Data excerpts
----------------

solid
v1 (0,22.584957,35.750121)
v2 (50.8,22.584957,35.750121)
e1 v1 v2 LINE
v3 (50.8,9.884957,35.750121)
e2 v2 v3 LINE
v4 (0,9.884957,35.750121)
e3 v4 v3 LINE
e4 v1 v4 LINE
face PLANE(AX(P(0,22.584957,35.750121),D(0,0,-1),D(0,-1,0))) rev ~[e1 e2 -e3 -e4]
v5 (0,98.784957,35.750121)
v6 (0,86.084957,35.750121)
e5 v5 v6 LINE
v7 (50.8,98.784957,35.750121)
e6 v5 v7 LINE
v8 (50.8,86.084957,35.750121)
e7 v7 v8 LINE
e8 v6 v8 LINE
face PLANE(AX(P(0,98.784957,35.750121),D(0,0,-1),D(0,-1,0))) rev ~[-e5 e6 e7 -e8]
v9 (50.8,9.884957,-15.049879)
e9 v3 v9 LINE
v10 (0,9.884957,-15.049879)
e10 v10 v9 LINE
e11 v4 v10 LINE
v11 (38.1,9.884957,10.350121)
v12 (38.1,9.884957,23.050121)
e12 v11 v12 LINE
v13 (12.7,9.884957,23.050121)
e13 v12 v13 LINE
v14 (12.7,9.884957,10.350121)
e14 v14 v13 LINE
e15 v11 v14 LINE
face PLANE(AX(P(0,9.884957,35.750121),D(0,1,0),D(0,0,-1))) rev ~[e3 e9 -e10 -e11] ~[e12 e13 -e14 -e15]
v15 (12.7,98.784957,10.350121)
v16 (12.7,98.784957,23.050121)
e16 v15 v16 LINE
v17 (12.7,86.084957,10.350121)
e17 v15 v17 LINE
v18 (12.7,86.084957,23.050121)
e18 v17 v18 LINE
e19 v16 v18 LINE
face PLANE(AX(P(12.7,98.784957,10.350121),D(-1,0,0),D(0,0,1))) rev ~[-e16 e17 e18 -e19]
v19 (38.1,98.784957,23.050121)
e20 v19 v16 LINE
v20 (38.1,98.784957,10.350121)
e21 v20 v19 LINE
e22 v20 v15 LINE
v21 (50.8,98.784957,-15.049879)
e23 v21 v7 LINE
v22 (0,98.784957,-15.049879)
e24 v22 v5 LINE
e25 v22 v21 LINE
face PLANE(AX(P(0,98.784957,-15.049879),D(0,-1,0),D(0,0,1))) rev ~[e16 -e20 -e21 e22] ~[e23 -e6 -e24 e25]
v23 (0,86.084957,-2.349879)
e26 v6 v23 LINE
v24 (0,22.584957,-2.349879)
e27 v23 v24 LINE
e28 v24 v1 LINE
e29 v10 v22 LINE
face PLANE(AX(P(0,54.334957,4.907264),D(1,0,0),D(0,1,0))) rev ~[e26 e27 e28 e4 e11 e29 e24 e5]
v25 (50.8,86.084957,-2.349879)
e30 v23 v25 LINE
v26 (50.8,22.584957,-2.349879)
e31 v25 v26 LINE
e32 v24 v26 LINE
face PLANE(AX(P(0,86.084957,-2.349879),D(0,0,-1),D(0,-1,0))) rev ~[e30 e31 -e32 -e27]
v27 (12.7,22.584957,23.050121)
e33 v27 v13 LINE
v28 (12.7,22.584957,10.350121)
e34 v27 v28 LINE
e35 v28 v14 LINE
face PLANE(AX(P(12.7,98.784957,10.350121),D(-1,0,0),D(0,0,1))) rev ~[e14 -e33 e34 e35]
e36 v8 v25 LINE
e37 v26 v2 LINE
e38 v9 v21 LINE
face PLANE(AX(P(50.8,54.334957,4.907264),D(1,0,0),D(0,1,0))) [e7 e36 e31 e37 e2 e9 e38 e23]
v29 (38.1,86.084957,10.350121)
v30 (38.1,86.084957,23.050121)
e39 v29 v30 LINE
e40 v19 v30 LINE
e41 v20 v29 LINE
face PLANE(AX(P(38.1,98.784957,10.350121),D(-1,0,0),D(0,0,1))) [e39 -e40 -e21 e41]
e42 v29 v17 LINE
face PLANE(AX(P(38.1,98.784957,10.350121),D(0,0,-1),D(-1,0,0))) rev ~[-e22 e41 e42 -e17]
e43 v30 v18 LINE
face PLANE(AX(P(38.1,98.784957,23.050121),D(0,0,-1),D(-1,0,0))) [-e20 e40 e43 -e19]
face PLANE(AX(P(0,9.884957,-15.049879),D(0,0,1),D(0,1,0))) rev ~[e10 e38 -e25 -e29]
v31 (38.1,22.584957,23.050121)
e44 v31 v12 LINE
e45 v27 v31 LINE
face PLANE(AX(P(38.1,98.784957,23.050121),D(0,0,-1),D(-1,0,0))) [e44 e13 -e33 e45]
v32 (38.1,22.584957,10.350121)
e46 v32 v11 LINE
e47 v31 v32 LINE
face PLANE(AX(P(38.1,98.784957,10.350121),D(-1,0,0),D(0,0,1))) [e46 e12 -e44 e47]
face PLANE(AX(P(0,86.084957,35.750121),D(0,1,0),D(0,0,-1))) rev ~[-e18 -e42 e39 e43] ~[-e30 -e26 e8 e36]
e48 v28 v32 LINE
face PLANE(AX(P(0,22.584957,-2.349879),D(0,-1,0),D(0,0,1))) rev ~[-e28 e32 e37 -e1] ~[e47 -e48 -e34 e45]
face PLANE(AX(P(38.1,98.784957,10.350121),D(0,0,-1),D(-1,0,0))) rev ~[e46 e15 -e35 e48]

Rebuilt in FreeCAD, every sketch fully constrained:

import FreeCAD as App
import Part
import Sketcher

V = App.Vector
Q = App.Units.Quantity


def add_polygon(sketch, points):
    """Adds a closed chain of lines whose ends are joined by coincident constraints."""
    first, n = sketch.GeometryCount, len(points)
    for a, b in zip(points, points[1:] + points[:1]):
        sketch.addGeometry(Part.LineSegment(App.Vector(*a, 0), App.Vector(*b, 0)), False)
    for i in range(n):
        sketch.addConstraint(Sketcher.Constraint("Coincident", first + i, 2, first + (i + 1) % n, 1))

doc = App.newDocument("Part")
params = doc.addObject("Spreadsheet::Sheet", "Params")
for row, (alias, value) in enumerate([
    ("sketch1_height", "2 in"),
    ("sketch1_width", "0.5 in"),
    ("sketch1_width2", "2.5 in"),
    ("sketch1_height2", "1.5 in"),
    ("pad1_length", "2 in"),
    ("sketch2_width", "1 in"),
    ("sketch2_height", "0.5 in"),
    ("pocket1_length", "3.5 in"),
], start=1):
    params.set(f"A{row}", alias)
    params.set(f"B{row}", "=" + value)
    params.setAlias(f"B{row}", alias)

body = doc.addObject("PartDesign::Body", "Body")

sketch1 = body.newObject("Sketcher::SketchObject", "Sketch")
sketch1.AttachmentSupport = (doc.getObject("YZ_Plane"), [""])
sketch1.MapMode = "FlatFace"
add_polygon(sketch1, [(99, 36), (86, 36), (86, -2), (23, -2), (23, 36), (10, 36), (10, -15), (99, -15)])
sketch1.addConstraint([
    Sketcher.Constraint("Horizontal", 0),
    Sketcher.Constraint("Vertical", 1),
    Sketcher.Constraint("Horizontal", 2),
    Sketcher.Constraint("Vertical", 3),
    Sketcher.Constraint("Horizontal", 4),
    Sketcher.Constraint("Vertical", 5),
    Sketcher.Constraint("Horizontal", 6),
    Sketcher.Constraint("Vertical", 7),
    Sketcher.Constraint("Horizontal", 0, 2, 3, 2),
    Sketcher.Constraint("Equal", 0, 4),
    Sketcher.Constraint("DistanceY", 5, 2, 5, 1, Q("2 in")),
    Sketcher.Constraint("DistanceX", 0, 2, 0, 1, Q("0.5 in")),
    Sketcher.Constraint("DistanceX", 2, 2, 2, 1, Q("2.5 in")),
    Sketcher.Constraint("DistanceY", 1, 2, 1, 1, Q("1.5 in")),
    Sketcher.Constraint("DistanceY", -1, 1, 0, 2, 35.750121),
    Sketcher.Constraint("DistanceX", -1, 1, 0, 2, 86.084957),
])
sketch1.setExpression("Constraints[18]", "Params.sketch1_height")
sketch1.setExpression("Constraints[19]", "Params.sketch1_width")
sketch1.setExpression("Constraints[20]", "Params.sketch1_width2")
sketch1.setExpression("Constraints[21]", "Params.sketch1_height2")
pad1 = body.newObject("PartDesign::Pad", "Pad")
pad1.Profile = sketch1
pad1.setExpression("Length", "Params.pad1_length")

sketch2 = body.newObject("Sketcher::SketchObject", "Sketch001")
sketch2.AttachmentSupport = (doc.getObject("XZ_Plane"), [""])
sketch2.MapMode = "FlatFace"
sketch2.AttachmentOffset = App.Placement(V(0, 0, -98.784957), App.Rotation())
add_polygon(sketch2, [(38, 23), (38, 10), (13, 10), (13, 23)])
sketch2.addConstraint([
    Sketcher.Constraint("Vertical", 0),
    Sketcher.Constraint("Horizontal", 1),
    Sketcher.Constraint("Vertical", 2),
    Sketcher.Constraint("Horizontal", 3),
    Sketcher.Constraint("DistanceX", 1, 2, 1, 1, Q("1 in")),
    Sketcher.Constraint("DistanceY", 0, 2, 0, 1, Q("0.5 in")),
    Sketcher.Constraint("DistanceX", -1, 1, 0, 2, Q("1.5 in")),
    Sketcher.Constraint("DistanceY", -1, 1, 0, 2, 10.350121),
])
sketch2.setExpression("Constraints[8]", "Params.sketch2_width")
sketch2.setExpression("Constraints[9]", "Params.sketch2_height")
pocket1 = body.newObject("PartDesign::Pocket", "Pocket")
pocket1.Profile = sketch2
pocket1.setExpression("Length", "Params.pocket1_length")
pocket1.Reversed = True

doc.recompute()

----------------

◆ **TASK DESCRIPTION**: Return only the part of the records above that opens with the line containing "e13 v12 v13 LINE" and closes with the line containing "e38 v9 v21 LINE", ends included.

◆ **RESULT FOR THIS EXERCISE**:
e13 v12 v13 LINE
v14 (12.7,9.884957,10.350121)
e14 v14 v13 LINE
e15 v11 v14 LINE
face PLANE(AX(P(0,9.884957,35.750121),D(0,1,0),D(0,0,-1))) rev ~[e3 e9 -e10 -e11] ~[e12 e13 -e14 -e15]
v15 (12.7,98.784957,10.350121)
v16 (12.7,98.784957,23.050121)
e16 v15 v16 LINE
v17 (12.7,86.084957,10.350121)
e17 v15 v17 LINE
v18 (12.7,86.084957,23.050121)
e18 v17 v18 LINE
e19 v16 v18 LINE
face PLANE(AX(P(12.7,98.784957,10.350121),D(-1,0,0),D(0,0,1))) rev ~[-e16 e17 e18 -e19]
v19 (38.1,98.784957,23.050121)
e20 v19 v16 LINE
v20 (38.1,98.784957,10.350121)
e21 v20 v19 LINE
e22 v20 v15 LINE
v21 (50.8,98.784957,-15.049879)
e23 v21 v7 LINE
v22 (0,98.784957,-15.049879)
e24 v22 v5 LINE
e25 v22 v21 LINE
face PLANE(AX(P(0,98.784957,-15.049879),D(0,-1,0),D(0,0,1))) rev ~[e16 -e20 -e21 e22] ~[e23 -e6 -e24 e25]
v23 (0,86.084957,-2.349879)
e26 v6 v23 LINE
v24 (0,22.584957,-2.349879)
e27 v23 v24 LINE
e28 v24 v1 LINE
e29 v10 v22 LINE
face PLANE(AX(P(0,54.334957,4.907264),D(1,0,0),D(0,1,0))) rev ~[e26 e27 e28 e4 e11 e29 e24 e5]
v25 (50.8,86.084957,-2.349879)
e30 v23 v25 LINE
v26 (50.8,22.584957,-2.349879)
e31 v25 v26 LINE
e32 v24 v26 LINE
face PLANE(AX(P(0,86.084957,-2.349879),D(0,0,-1),D(0,-1,0))) rev ~[e30 e31 -e32 -e27]
v27 (12.7,22.584957,23.050121)
e33 v27 v13 LINE
v28 (12.7,22.584957,10.350121)
e34 v27 v28 LINE
e35 v28 v14 LINE
face PLANE(AX(P(12.7,98.784957,10.350121),D(-1,0,0),D(0,0,1))) rev ~[e14 -e33 e34 e35]
e36 v8 v25 LINE
e37 v26 v2 LINE
e38 v9 v21 LINE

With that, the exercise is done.